Task requirements
From the data below, return the exact lines starting at the line containing "face PLANE(AX(P(35,-3,106),D(0,1,0),D(0,0,1))) [e69]" and ending at the line containing "Rebuilt in FreeCAD, every", both included, and nothing else.

Dataset excerpts
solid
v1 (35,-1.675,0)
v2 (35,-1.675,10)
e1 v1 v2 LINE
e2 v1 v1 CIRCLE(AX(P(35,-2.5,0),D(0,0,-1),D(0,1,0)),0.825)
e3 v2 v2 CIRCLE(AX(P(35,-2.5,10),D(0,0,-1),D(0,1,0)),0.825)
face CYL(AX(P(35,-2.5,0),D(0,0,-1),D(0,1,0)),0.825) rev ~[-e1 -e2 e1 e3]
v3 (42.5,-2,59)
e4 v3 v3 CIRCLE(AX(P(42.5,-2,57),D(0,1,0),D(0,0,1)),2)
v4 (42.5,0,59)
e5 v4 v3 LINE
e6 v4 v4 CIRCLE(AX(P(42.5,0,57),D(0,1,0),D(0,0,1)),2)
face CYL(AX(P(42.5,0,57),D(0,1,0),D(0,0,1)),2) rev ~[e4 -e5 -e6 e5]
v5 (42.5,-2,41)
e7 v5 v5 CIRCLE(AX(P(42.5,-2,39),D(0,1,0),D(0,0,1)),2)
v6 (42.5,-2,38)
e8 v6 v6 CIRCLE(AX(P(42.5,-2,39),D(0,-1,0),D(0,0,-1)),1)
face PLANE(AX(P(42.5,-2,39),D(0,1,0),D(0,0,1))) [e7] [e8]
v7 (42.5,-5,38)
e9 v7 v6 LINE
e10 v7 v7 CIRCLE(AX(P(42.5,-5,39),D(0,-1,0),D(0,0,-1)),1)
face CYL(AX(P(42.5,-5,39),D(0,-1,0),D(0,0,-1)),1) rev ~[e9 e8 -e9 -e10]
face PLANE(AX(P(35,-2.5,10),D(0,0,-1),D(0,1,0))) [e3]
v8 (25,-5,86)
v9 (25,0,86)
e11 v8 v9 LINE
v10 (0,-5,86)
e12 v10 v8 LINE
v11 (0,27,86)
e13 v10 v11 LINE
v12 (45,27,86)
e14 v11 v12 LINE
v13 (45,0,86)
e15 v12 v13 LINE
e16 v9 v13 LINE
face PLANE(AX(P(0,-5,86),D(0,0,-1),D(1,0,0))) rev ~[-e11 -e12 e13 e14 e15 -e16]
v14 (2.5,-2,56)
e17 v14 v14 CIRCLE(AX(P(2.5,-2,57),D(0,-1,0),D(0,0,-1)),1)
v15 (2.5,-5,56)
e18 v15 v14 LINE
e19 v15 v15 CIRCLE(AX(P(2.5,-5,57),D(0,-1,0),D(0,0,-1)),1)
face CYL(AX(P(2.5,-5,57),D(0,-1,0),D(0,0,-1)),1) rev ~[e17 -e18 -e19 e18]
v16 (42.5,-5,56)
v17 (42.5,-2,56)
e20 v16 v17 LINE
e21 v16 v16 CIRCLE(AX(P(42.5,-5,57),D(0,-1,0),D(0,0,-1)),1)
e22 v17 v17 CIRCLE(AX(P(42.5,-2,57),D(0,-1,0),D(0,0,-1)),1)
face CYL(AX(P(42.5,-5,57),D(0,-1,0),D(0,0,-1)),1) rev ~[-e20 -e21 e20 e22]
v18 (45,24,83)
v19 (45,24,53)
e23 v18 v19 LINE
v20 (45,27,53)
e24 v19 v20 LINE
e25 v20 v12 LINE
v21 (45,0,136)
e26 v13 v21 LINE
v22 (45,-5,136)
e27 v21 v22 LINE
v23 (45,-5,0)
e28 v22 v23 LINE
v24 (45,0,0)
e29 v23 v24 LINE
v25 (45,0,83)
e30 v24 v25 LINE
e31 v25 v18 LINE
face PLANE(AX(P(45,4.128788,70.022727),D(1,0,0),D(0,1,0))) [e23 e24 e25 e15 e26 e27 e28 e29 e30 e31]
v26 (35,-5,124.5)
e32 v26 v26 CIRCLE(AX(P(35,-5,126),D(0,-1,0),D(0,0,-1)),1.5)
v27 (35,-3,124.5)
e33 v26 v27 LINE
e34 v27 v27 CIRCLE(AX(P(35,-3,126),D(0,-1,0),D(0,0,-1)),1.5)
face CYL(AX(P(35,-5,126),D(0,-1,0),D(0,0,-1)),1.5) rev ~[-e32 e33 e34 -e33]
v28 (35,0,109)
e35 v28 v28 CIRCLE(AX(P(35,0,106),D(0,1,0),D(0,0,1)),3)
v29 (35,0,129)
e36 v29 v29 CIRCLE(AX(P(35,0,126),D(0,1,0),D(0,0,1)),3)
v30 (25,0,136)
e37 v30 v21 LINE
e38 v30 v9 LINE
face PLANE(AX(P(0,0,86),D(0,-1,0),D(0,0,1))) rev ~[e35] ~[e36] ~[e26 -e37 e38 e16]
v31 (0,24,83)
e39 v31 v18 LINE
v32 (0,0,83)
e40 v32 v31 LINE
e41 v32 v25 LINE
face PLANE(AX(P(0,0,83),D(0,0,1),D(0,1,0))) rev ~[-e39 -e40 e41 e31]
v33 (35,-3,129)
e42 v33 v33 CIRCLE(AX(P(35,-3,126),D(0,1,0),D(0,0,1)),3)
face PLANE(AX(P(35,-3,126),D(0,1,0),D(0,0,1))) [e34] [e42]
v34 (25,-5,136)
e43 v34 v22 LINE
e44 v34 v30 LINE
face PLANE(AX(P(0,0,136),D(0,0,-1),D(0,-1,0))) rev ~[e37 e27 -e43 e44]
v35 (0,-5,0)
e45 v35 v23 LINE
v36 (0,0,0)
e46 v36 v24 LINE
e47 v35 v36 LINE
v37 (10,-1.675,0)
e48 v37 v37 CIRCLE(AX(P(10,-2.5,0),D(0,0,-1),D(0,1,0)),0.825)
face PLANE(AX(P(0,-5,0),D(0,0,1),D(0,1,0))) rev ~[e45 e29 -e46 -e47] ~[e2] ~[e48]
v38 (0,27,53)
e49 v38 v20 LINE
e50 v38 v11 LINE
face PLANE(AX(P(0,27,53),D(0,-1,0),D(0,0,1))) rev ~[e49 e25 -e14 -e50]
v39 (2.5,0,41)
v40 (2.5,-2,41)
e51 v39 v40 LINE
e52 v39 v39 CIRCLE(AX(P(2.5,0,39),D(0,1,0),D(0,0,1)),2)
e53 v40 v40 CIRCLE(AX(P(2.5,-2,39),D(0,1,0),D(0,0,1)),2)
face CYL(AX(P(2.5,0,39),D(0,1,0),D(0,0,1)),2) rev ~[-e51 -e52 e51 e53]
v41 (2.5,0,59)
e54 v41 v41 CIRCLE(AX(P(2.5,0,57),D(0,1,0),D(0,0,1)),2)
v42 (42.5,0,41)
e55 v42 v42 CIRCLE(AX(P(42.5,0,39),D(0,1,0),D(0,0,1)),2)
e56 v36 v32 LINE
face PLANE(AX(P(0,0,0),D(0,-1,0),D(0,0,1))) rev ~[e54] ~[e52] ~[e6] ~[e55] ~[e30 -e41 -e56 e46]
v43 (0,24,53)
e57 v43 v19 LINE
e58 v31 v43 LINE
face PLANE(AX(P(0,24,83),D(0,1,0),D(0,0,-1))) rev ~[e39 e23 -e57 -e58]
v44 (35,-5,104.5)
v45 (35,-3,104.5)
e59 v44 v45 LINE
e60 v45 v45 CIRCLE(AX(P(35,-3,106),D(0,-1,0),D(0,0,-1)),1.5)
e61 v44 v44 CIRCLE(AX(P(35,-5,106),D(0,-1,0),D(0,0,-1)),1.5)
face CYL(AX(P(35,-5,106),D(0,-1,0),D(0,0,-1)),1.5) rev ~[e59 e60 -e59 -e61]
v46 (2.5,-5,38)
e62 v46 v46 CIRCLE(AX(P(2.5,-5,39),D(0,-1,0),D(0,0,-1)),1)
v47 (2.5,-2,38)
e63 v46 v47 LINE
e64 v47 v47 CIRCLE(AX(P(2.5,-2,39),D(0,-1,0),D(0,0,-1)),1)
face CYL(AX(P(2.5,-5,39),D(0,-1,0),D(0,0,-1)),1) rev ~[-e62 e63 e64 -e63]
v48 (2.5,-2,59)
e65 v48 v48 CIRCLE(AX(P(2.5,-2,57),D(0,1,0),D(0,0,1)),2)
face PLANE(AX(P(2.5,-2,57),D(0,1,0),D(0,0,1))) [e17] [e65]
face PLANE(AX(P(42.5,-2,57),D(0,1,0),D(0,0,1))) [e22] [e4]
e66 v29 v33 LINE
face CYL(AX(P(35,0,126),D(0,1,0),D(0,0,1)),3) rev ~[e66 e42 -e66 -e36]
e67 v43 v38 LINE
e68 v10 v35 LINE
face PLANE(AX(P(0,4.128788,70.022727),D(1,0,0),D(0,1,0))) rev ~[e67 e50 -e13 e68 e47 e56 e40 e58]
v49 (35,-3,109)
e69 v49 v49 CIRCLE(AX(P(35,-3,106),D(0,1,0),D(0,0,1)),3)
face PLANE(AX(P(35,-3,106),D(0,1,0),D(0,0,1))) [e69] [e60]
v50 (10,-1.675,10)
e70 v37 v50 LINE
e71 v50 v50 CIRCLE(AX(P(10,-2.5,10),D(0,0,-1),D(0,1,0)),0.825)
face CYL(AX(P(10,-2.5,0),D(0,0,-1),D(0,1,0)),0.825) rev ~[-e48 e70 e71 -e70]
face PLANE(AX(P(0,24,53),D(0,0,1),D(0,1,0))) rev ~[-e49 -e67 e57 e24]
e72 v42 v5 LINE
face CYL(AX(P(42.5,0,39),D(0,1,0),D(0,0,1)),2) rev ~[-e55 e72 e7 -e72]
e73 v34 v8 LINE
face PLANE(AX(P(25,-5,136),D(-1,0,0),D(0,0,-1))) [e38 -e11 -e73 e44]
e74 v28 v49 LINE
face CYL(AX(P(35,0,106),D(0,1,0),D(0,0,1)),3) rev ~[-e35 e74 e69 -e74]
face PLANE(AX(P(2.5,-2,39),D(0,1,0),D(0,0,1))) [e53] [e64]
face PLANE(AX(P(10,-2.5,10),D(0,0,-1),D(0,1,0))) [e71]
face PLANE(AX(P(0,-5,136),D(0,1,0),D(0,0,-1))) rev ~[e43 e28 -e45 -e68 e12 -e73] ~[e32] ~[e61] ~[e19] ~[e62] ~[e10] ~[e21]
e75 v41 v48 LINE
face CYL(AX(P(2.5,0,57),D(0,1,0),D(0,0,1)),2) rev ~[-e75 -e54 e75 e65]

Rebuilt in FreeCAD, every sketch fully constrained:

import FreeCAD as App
import Part
import Sketcher
from FreeCAD import Vector


def add_polygon(sketch, points):
    """Adds a closed chain of lines whose ends are joined by coincident constraints."""
    first, n = sketch.GeometryCount, len(points)
    for a, b in zip(points, points[1:] + points[:1]):
        sketch.addGeometry(Part.LineSegment(App.Vector(*a, 0), App.Vector(*b, 0)), False)
    for i in range(n):
        sketch.addConstraint(Sketcher.Constraint("Coincident", first + i, 2, first + (i + 1) % n, 1))

doc = App.newDocument("Part")
body = doc.addObject("PartDesign::Body", "Body")

# Sketch on YZ plane
sketch1 = body.newObject("Sketcher::SketchObject", "Sketch")
sketch1.AttachmentSupport = (doc.getObject("YZ_Plane"), [""])
sketch1.MapMode = "FlatFace"
add_polygon(sketch1, [(0, 0), (0, 83), (24, 83), (24, 53), (27, 53), (27, 86), (0, 86), (0, 136), (-5, 136), (-5, 0)])  # lines 0-9
sketch1.addConstraint(Sketcher.Constraint("Vertical", 0))
sketch1.addConstraint(Sketcher.Constraint("Horizontal", 1))
sketch1.addConstraint(Sketcher.Constraint("Vertical", 2))
sketch1.addConstraint(Sketcher.Constraint("Horizontal", 3))
sketch1.addConstraint(Sketcher.Constraint("Vertical", 4))
sketch1.addConstraint(Sketcher.Constraint("Horizontal", 5))
sketch1.addConstraint(Sketcher.Constraint("Vertical", 6))
sketch1.addConstraint(Sketcher.Constraint("Horizontal", 7))
sketch1.addConstraint(Sketcher.Constraint("Vertical", 8))
sketch1.addConstraint(Sketcher.Constraint("Horizontal", 9))
sketch1.addConstraint(Sketcher.Constraint("Coincident", 9, 2, -1, 1))
sketch1.addConstraint(Sketcher.Constraint("PointOnObject", 5, 2, -2))
sketch1.addConstraint(Sketcher.Constraint("DistanceX", 1, 1, 1, 2, 24.0))
sketch1.addConstraint(Sketcher.Constraint("DistanceX", 3, 1, 3, 2, 3.0))
sketch1.addConstraint(Sketcher.Constraint("DistanceX", 7, 2, 7, 1, 5.0))
sketch1.addConstraint(Sketcher.Constraint("DistanceY", 0, 1, 0, 2, 83.0))
sketch1.addConstraint(Sketcher.Constraint("DistanceY", 2, 2, 2, 1, 30.0))
sketch1.addConstraint(Sketcher.Constraint("DistanceY", 4, 1, 4, 2, 33.0))
sketch1.addConstraint(Sketcher.Constraint("DistanceY", 6, 1, 6, 2, 50.0))
pad1 = body.newObject("PartDesign::Pad", "Pad")
pad1.Profile = sketch1
pad1.Length = 45

# Sketch on XZ plane
sketch2 = body.newObject("Sketcher::SketchObject", "Sketch001")
sketch2.AttachmentSupport = (doc.getObject("XZ_Plane"), [""])
sketch2.MapMode = "FlatFace"
sketch2.AttachmentOffset = App.Placement(Vector(0, 0, 5), App.Rotation())
sketch2.addGeometry(Part.Circle(Vector(42.5, 57, 0), Vector(0, 0, 1), 1), False)
sketch2.addGeometry(Part.Circle(Vector(42.5, 39, 0), Vector(0, 0, 1), 1), False)
sketch2.addGeometry(Part.Circle(Vector(2.5, 57, 0), Vector(0, 0, 1), 1), False)
sketch2.addGeometry(Part.Circle(Vector(2.5, 39, 0), Vector(0, 0, 1), 1), False)
sketch2.addConstraint(Sketcher.Constraint("Equal", 0, 1))
sketch2.addConstraint(Sketcher.Constraint("Equal", 1, 2))
sketch2.addConstraint(Sketcher.Constraint("Equal", 2, 3))
sketch2.addConstraint(Sketcher.Constraint("Horizontal", 0, 3, 2, 3))
sketch2.addConstraint(Sketcher.Constraint("Horizontal", 1, 3, 3, 3))
sketch2.addConstraint(Sketcher.Constraint("Vertical", 0, 3, 1, 3))
sketch2.addConstraint(Sketcher.Constraint("Vertical", 2, 3, 3, 3))
sketch2.addConstraint(Sketcher.Constraint("Diameter", 0, 2.0))
sketch2.addConstraint(Sketcher.Constraint("DistanceY", -1, 1, 0, 3, 57.0))
sketch2.addConstraint(Sketcher.Constraint("DistanceY", -1, 1, 1, 3, 39.0))
sketch2.addConstraint(Sketcher.Constraint("DistanceX", 2, 3, 0, 3, 40.0))
sketch2.addConstraint(Sketcher.Constraint("DistanceX", -1, 1, 0, 3, 42.5))
pocket1 = body.newObject("PartDesign::Pocket", "Pocket")
pocket1.Profile = sketch2
pocket1.Length = 5

# Sketch on XY plane
sketch3 = body.newObject("Sketcher::SketchObject", "Sketch002")
sketch3.AttachmentSupport = (doc.getObject("XY_Plane"), [""])
sketch3.MapMode = "FlatFace"
sketch3.addGeometry(Part.Circle(Vector(35, -2.5, 0), Vector(0, 0, 1), 0.8), False)
sketch3.addGeometry(Part.Circle(Vector(10, -2.5, 0), Vector(0, 0, 1), 0.8), False)
sketch3.addConstraint(Sketcher.Constraint("Equal", 0, 1))
sketch3.addConstraint(Sketcher.Constraint("Horizontal", 0, 3, 1, 3))
sketch3.addConstraint(Sketcher.Constraint("Diameter", 0, 1.65))
sketch3.addConstraint(Sketcher.Constraint("DistanceX", -1, 1, 0, 3, 35.0))
sketch3.addConstraint(Sketcher.Constraint("DistanceX", -1, 1, 1, 3, 10.0))
sketch3.addConstraint(Sketcher.Constraint("DistanceY", 0, 3, -1, 1, 2.5))
pocket2 = body.newObject("PartDesign::Pocket", "Pocket001")
pocket2.Profile = sketch3
pocket2.Length = 10
pocket2.Reversed = True

# Sketch on XZ plane
sketch4 = body.newObject("Sketcher::SketchObject", "Sketch003")
sketch4.AttachmentSupport = (doc.getObject("XZ_Plane"), [""])
sketch4.MapMode = "FlatFace"
sketch4.AttachmentOffset = App.Placement(Vector(0, 0, 5), App.Rotation())
sketch4.addGeometry(Part.Circle(Vector(35, 126, 0), Vector(0, 0, 1), 1.5), False)
sketch4.addGeometry(Part.Circle(Vector(35, 106, 0), Vector(0, 0, 1), 1.5), False)
sketch4.addConstraint(Sketcher.Constraint("Equal", 0, 1))
sketch4.addConstraint(Sketcher.Constraint("Vertical", 0, 3, 1, 3))
sketch4.addConstraint(Sketcher.Constraint("Diameter", 0, 3.0))
sketch4.addConstraint(Sketcher.Constraint("DistanceX", -1, 1, 0, 3, 35.0))
sketch4.addConstraint(Sketcher.Constraint("DistanceY", -1, 1, 0, 3, 126.0))
sketch4.addConstraint(Sketcher.Constraint("DistanceY", -1, 1, 1, 3, 106.0))
pocket3 = body.newObject("PartDesign::Pocket", "Pocket002")
pocket3.Profile = sketch4
pocket3.Length = 5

Answer box
face PLANE(AX(P(35,-3,106),D(0,1,0),D(0,0,1))) [e69] [e60]
v50 (10,-1.675,10)
e70 v37 v50 LINE
e71 v50 v50 CIRCLE(AX(P(10,-2.5,10),D(0,0,-1),D(0,1,0)),0.825)
face CYL(AX(P(10,-2.5,0),D(0,0,-1),D(0,1,0)),0.825) rev ~[-e48 e70 e71 -e70]
face PLANE(AX(P(0,24,53),D(0,0,1),D(0,1,0))) rev ~[-e49 -e67 e57 e24]
e72 v42 v5 LINE
face CYL(AX(P(42.5,0,39),D(0,1,0),D(0,0,1)),2) rev ~[-e55 e72 e7 -e72]
e73 v34 v8 LINE
face PLANE(AX(P(25,-5,136),D(-1,0,0),D(0,0,-1))) [e38 -e11 -e73 e44]
e74 v28 v49 LINE
face CYL(AX(P(35,0,106),D(0,1,0),D(0,0,1)),3) rev ~[-e35 e74 e69 -e74]
face PLANE(AX(P(2.5,-2,39),D(0,1,0),D(0,0,1))) [e53] [e64]
face PLANE(AX(P(10,-2.5,10),D(0,0,-1),D(0,1,0))) [e71]
face PLANE(AX(P(0,-5,136),D(0,1,0),D(0,0,-1))) rev ~[e43 e28 -e45 -e68 e12 -e73] ~[e32] ~[e61] ~[e19] ~[e62] ~[e10] ~[e21]
e75 v41 v48 LINE
face CYL(AX(P(2.5,0,57),D(0,1,0),D(0,0,1)),2) rev ~[-e75 -e54 e75 e65]

Rebuilt in FreeCAD, every sketch fully constrained:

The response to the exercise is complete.